Here, S is the ecological suitability value of the grids, as presented in Figure 4, $e_i^t$ is the ecological suitability value of grid i in the period t (such that $e_i^1$ is the ecological suitability value of grid i in period 1), and $n_{ij}$ is the ecological suitability value between grid i and its adjacent grid j. If the ecological suitability value grid i is less than the adjacent grid j, $n_{ij}=1$; otherwise, $n_{ij}=0$. k is a random number that increases the ecological suitability value. The ecological suitability values in the rest periods are produced using the CA dynamic update mechanism in Equation (2).

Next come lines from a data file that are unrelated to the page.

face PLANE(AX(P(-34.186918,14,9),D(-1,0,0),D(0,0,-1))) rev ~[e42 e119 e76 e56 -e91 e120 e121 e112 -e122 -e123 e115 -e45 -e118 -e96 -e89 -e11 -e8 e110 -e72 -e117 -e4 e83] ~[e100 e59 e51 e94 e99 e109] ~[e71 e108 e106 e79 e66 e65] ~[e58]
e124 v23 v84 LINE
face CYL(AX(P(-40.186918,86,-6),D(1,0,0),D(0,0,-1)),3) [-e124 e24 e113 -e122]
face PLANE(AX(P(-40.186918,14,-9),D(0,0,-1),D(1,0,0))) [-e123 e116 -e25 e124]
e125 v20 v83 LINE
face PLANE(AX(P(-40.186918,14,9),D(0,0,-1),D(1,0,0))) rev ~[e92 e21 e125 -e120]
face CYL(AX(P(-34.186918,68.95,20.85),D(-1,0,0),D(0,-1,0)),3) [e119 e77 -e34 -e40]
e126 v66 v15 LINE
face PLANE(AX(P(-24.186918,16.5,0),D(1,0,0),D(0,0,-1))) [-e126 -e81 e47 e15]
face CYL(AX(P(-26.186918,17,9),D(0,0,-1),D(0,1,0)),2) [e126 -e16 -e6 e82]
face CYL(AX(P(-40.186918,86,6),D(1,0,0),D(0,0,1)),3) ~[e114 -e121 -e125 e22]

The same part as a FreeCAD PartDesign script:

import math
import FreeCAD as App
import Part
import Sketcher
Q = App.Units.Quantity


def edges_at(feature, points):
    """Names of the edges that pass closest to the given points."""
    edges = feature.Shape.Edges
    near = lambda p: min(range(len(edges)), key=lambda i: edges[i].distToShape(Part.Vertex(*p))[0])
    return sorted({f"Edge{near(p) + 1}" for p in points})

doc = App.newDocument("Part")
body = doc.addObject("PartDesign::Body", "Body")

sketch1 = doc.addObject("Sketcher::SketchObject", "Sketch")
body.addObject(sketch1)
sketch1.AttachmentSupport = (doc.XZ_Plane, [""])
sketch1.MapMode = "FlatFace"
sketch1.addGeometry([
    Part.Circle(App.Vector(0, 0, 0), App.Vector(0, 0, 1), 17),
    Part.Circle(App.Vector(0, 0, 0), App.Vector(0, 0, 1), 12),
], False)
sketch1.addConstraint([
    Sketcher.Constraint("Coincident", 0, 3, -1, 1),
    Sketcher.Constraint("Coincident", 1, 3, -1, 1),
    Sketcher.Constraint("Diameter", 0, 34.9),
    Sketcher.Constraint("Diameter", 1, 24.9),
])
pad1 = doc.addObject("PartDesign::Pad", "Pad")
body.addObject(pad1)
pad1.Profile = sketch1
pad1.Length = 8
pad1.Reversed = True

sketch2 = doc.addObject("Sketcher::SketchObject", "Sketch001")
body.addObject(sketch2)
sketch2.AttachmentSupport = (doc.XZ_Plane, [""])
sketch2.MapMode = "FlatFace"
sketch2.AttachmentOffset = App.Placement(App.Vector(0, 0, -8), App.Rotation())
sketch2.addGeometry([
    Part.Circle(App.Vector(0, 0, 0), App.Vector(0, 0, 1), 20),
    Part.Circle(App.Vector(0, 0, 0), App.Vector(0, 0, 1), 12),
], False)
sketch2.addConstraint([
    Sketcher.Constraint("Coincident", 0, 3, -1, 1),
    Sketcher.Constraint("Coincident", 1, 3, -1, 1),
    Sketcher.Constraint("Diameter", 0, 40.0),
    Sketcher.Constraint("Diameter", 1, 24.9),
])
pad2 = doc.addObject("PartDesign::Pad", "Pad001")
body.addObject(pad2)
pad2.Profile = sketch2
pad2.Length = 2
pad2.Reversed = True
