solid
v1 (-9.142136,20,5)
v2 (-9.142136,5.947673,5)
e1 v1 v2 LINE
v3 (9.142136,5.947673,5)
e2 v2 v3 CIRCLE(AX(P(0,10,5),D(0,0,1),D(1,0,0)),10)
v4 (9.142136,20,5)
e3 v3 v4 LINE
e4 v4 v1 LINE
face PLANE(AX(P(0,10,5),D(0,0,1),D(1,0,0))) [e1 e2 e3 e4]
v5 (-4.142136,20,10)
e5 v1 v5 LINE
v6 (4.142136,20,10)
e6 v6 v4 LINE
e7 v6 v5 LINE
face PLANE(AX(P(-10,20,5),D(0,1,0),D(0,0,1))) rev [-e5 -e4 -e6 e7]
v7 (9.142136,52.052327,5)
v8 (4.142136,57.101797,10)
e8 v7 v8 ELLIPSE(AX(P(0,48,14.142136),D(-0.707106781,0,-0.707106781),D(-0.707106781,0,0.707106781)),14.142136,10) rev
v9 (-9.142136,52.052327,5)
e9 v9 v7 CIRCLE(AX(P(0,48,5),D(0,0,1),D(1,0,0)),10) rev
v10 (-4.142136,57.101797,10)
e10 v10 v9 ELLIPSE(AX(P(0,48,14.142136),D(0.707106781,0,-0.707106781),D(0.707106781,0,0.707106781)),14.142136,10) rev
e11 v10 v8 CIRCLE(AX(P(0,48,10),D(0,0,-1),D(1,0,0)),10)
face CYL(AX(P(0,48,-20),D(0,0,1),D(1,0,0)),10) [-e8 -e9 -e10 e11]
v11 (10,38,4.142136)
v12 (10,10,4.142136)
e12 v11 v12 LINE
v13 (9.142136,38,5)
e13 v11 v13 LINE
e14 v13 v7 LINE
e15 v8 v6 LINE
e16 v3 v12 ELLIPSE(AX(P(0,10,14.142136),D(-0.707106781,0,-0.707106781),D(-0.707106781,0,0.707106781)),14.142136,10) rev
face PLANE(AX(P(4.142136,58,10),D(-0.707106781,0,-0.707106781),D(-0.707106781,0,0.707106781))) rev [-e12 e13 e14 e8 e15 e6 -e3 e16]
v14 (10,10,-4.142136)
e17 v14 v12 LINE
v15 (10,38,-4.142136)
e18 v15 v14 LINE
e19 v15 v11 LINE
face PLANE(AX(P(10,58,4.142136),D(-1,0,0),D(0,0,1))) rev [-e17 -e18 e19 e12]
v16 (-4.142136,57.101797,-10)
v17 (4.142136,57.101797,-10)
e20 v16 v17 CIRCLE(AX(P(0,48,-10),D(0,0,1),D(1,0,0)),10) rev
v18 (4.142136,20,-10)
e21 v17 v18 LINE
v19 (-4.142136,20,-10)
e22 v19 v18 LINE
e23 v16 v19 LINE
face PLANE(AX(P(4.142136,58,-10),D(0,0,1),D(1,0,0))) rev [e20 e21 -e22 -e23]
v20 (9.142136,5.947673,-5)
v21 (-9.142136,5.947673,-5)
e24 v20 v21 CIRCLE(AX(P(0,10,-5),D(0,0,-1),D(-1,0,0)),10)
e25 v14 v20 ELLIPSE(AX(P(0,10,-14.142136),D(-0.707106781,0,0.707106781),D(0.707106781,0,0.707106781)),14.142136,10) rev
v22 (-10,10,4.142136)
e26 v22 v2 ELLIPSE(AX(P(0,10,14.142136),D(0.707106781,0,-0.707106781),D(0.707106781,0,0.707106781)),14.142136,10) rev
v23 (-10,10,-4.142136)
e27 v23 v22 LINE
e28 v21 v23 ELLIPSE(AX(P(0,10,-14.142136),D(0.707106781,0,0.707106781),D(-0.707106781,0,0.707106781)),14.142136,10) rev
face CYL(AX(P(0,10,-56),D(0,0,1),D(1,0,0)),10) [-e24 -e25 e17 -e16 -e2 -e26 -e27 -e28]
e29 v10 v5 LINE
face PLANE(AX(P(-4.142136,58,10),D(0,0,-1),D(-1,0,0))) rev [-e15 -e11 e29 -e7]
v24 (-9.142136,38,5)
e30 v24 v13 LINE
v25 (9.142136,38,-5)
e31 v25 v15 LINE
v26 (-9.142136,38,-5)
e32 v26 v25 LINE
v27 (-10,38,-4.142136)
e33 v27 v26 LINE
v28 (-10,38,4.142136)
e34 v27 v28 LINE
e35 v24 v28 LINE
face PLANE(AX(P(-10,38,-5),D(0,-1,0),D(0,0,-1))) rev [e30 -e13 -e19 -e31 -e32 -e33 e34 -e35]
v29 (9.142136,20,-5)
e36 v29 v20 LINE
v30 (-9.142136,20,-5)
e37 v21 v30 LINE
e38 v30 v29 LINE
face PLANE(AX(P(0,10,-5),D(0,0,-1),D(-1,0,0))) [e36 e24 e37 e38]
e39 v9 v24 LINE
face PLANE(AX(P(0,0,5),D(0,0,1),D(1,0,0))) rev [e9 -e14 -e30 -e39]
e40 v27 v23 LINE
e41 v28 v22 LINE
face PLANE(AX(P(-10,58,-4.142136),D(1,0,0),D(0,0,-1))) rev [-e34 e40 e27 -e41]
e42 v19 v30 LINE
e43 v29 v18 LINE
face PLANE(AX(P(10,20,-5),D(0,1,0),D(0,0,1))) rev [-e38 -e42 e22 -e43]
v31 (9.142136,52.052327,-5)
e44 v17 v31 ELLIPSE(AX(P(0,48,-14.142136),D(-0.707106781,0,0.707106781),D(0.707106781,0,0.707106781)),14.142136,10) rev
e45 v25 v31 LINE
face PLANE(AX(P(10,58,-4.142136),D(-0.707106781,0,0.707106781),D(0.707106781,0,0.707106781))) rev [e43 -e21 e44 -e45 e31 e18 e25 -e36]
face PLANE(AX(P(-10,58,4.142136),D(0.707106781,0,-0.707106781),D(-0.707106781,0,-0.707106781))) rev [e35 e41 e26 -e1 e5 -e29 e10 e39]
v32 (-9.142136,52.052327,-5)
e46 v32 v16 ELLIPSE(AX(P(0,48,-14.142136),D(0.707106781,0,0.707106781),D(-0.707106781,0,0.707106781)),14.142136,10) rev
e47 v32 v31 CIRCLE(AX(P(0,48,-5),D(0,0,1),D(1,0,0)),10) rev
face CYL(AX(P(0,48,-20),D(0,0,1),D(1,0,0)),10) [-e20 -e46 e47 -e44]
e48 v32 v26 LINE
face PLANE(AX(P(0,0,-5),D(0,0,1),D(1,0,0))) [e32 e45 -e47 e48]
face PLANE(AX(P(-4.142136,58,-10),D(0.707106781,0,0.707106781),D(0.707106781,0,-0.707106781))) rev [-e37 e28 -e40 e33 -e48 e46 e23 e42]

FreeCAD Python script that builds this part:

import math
import FreeCAD as App
import Part
import Sketcher

V = App.Vector


def add_polygon(sketch, points):
    """Adds a closed chain of lines whose ends are joined by coincident constraints."""
    first, n = sketch.GeometryCount, len(points)
    for a, b in zip(points, points[1:] + points[:1]):
        sketch.addGeometry(Part.LineSegment(App.Vector(*a, 0), App.Vector(*b, 0)), False)
    for i in range(n):
        sketch.addConstraint(Sketcher.Constraint("Coincident", first + i, 2, first + (i + 1) % n, 1))

doc = App.newDocument("Part")
body = doc.addObject("PartDesign::Body", "Body")

# Sketch on XZ plane
sketch1 = body.newObject("Sketcher::SketchObject", "Sketch")
sketch1.AttachmentSupport = (doc.getObject("XZ_Plane"), [""])
sketch1.MapMode = "FlatFace"
add_polygon(sketch1, [(10, -4), (4, -10), (-4, -10), (-10, -4), (-10, 4), (-4, 10), (4, 10), (10, 4)])  # lines 0-7
sketch1.addConstraint([
    Sketcher.Constraint("Horizontal", 1),
    Sketcher.Constraint("Vertical", 3),
    Sketcher.Constraint("Horizontal", 5),
    Sketcher.Constraint("Vertical", 7),
    Sketcher.Constraint("Symmetric", 0, 2, 4, 2, -1, 1),
    Sketcher.Constraint("Symmetric", 2, 2, 6, 2, -1, 1),
    Sketcher.Constraint("Perpendicular", 0, 2),
    Sketcher.Constraint("Perpendicular", 2, 4),
    Sketcher.Constraint("Perpendicular", 4, 6),
    Sketcher.Constraint("Horizontal", 3, 2, 6, 2),
    Sketcher.Constraint("Vertical", 1, 2, 4, 2),
    Sketcher.Constraint("Equal", 5, 3),
    Sketcher.Constraint("DistanceY", 0, 2, -1, 1, 10.0),
    Sketcher.Constraint("DistanceX", 1, 2, 1, 1, 8.284271),
])
pad1 = body.newObject("PartDesign::Pad", "Pad")
pad1.Profile = sketch1
pad1.Length = 58
pad1.Reversed = True

# Sketch on XY plane
sketch2 = body.newObject("Sketcher::SketchObject", "Sketch001")
sketch2.AttachmentSupport = (doc.getObject("XY_Plane"), [""])
sketch2.MapMode = "FlatFace"
sketch2.AttachmentOffset = App.Placement(V(0, 0, 10), App.Rotation())
sketch2.addGeometry([
    Part.LineSegment(V(-10, 10, 0), V(-10, -2, 0)),
    Part.LineSegment(V(-10, -2, 0), V(10, -2, 0)),
    Part.LineSegment(V(10, -2, 0), V(10, 10, 0)),
    Part.ArcOfCircle(Part.Circle(V(0, 10, 0), V(0, 0, 1), 10), math.radians(180), math.radians(360)),
], False)
sketch2.addConstraint([
    Sketcher.Constraint("Coincident", 0, 2, 1, 1),
    Sketcher.Constraint("Coincident", 1, 2, 2, 1),
    Sketcher.Constraint("Tangent", 2, 2, 3, 2),
    Sketcher.Constraint("Tangent", 3, 1, 0, 1),
    Sketcher.Constraint("Vertical", 0),
    Sketcher.Constraint("Horizontal", 1),
    Sketcher.Constraint("Vertical", 2),
    Sketcher.Constraint("PointOnObject", 3, 3, -2),
    Sketcher.Constraint("Radius", 3, 10.0),
    Sketcher.Constraint("DistanceY", -1, 1, 3, 3, 10.0),
    Sketcher.Constraint("DistanceY", 0, 2, 0, 1, 12.389296),
])
pocket1 = body.newObject("PartDesign::Pocket", "Pocket")
pocket1.Profile = sketch2
pocket1.Length = 66

# Sketch on XY plane
sketch3 = body.newObject("Sketcher::SketchObject", "Sketch002")
sketch3.AttachmentSupport = (doc.getObject("XY_Plane"), [""])
sketch3.MapMode = "FlatFace"
sketch3.AttachmentOffset = App.Placement(V(0, 0, 10), App.Rotation())
sketch3.addGeometry([
    Part.LineSegment(V(-10, 20, 0), V(-10, 10, 0)),
    Part.ArcOfCircle(Part.Circle(V(0, 10, 0), V(0, 0, 1), 10), math.radians(180), math.radians(360)),
    Part.LineSegment(V(10, 10, 0), V(10, 20, 0)),
    Part.LineSegment(V(10, 20, 0), V(-10, 20, 0)),
], False)
sketch3.addConstraint([
    Sketcher.Constraint("Tangent", 0, 2, 1, 1),
    Sketcher.Constraint("Tangent", 1, 2, 2, 1),
    Sketcher.Constraint("Coincident", 2, 2, 3, 1),
    Sketcher.Constraint("Coincident", 3, 2, 0, 1),
    Sketcher.Constraint("Vertical", 0),
    Sketcher.Constraint("Vertical", 2),
    Sketcher.Constraint("Horizontal", 3),
    Sketcher.Constraint("PointOnObject", 1, 3, -2),
    Sketcher.Constraint("Radius", 1, 10.0),
    Sketcher.Constraint("DistanceY", 0, 2, 0, 1, 10.0),
    Sketcher.Constraint("DistanceY", -1, 1, 1, 3, 10.0),
])
pocket2 = body.newObject("PartDesign::Pocket", "Pocket001")
pocket2.Profile = sketch3
pocket2.Length = 5

# Sketch on XY plane
sketch4 = body.newObject("Sketcher::SketchObject", "Sketch003")
sketch4.AttachmentSupport = (doc.getObject("XY_Plane"), [""])
sketch4.MapMode = "FlatFace"
sketch4.AttachmentOffset = App.Placement(V(0, 0, -5), App.Rotation())
sketch4.addGeometry([
    Part.LineSegment(V(10, 20, 0), V(10, 10, 0)),
    Part.ArcOfCircle(Part.Circle(V(0, 10, 0), V(0, 0, 1), 10), math.radians(180), math.radians(360)),
    Part.LineSegment(V(-10, 10, 0), V(-10, 20, 0)),
    Part.LineSegment(V(-10, 20, 0), V(10, 20, 0)),
], False)
sketch4.addConstraint([
    Sketcher.Constraint("Tangent", 0, 2, 1, 2),
    Sketcher.Constraint("Tangent", 1, 1, 2, 1),
    Sketcher.Constraint("Coincident", 2, 2, 3, 1),
    Sketcher.Constraint("Coincident", 3, 2, 0, 1),
    Sketcher.Constraint("Vertical", 0),
    Sketcher.Constraint("Vertical", 2),
    Sketcher.Constraint("Horizontal", 3),
    Sketcher.Constraint("PointOnObject", 1, 3, -2),
    Sketcher.Constraint("Radius", 1, 10.0),
    Sketcher.Constraint("DistanceY", 0, 2, 0, 1, 10.0),
    Sketcher.Constraint("DistanceY", -1, 1, 1, 3, 10.0),
])
pocket3 = body.newObject("PartDesign::Pocket", "Pocket002")
pocket3.Profile = sketch4
pocket3.Length = 5

# Sketch on XY plane
sketch5 = body.newObject("Sketcher::SketchObject", "Sketch004")
sketch5.AttachmentSupport = (doc.getObject("XY_Plane"), [""])
sketch5.MapMode = "FlatFace"
add_polygon(sketch5, [(-10, 58), (-10, 38), (10, 38), (10, 58)])  # lines 0-3
sketch5.addConstraint([
    Sketcher.Constraint("Vertical", 0),
    Sketcher.Constraint("Horizontal", 1),
    Sketcher.Constraint("Vertical", 2),
    Sketcher.Constraint("Horizontal", 3),
    Sketcher.Constraint("Equal", 3, 0),
    Sketcher.Constraint("DistanceX", 1, 1, 1, 2, 20.0),
    Sketcher.Constraint("DistanceX", 0, 2, -1, 1, 10.0),
    Sketcher.Constraint("DistanceY", -1, 1, 0, 2, 38.0),
])
pocket4 = body.newObject("PartDesign::Pocket", "Pocket003")
pocket4.Profile = sketch5
pocket4.Length = 10
pocket4.Midplane = True

# Sketch on XY plane
sketch6 = body.newObject("Sketcher::SketchObject", "Sketch005")
sketch6.AttachmentSupport = (doc.getObject("XY_Plane"), [""])
sketch6.MapMode = "FlatFace"
sketch6.AttachmentOffset = App.Placement(V(0, 0, 10), App.Rotation())
sketch6.addGeometry([
    Part.LineSegment(V(-10, 64, 0), V(-10, 48, 0)),
    Part.ArcOfCircle(Part.Circle(V(0, 48, 0), V(0, 0, 1), 10), math.radians(0), math.radians(180)),
    Part.LineSegment(V(10, 48, 0), V(10, 64, 0)),
    Part.LineSegment(V(10, 64, 0), V(-10, 64, 0)),
], False)
sketch6.addConstraint([
    Sketcher.Constraint("Tangent", 0, 2, 1, 2),
    Sketcher.Constraint("Tangent", 1, 1, 2, 1),
    Sketcher.Constraint("Coincident", 2, 2, 3, 1),
    Sketcher.Constraint("Coincident", 3, 2, 0, 1),
    Sketcher.Constraint("Vertical", 0),
    Sketcher.Constraint("Vertical", 2),
    Sketcher.Constraint("Horizontal", 3),
    Sketcher.Constraint("PointOnObject", 1, 3, -2),
    Sketcher.Constraint("Radius", 1, 10.0),
    Sketcher.Constraint("DistanceY", -1, 1, 1, 3, 48.0),
    Sketcher.Constraint("DistanceY", 0, 2, 0, 1, 15.661192),
])
pocket5 = body.newObject("PartDesign::Pocket", "Pocket004")
pocket5.Profile = sketch6
pocket5.Length = 30

doc.recompute()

Specifically, the ecological suitability value $e_i^1$ is the potential distribution probability assigned to each grid, as shown in Figure 4. We then analyze the relationship between grid i and its neighborhood using Equation (2) to adjust the ecological suitability value of grid i and to generate the updated ecological suitability value, $e_i^2$, in period 2. These steps are repeated until the final period t to obtain $e_i^t$.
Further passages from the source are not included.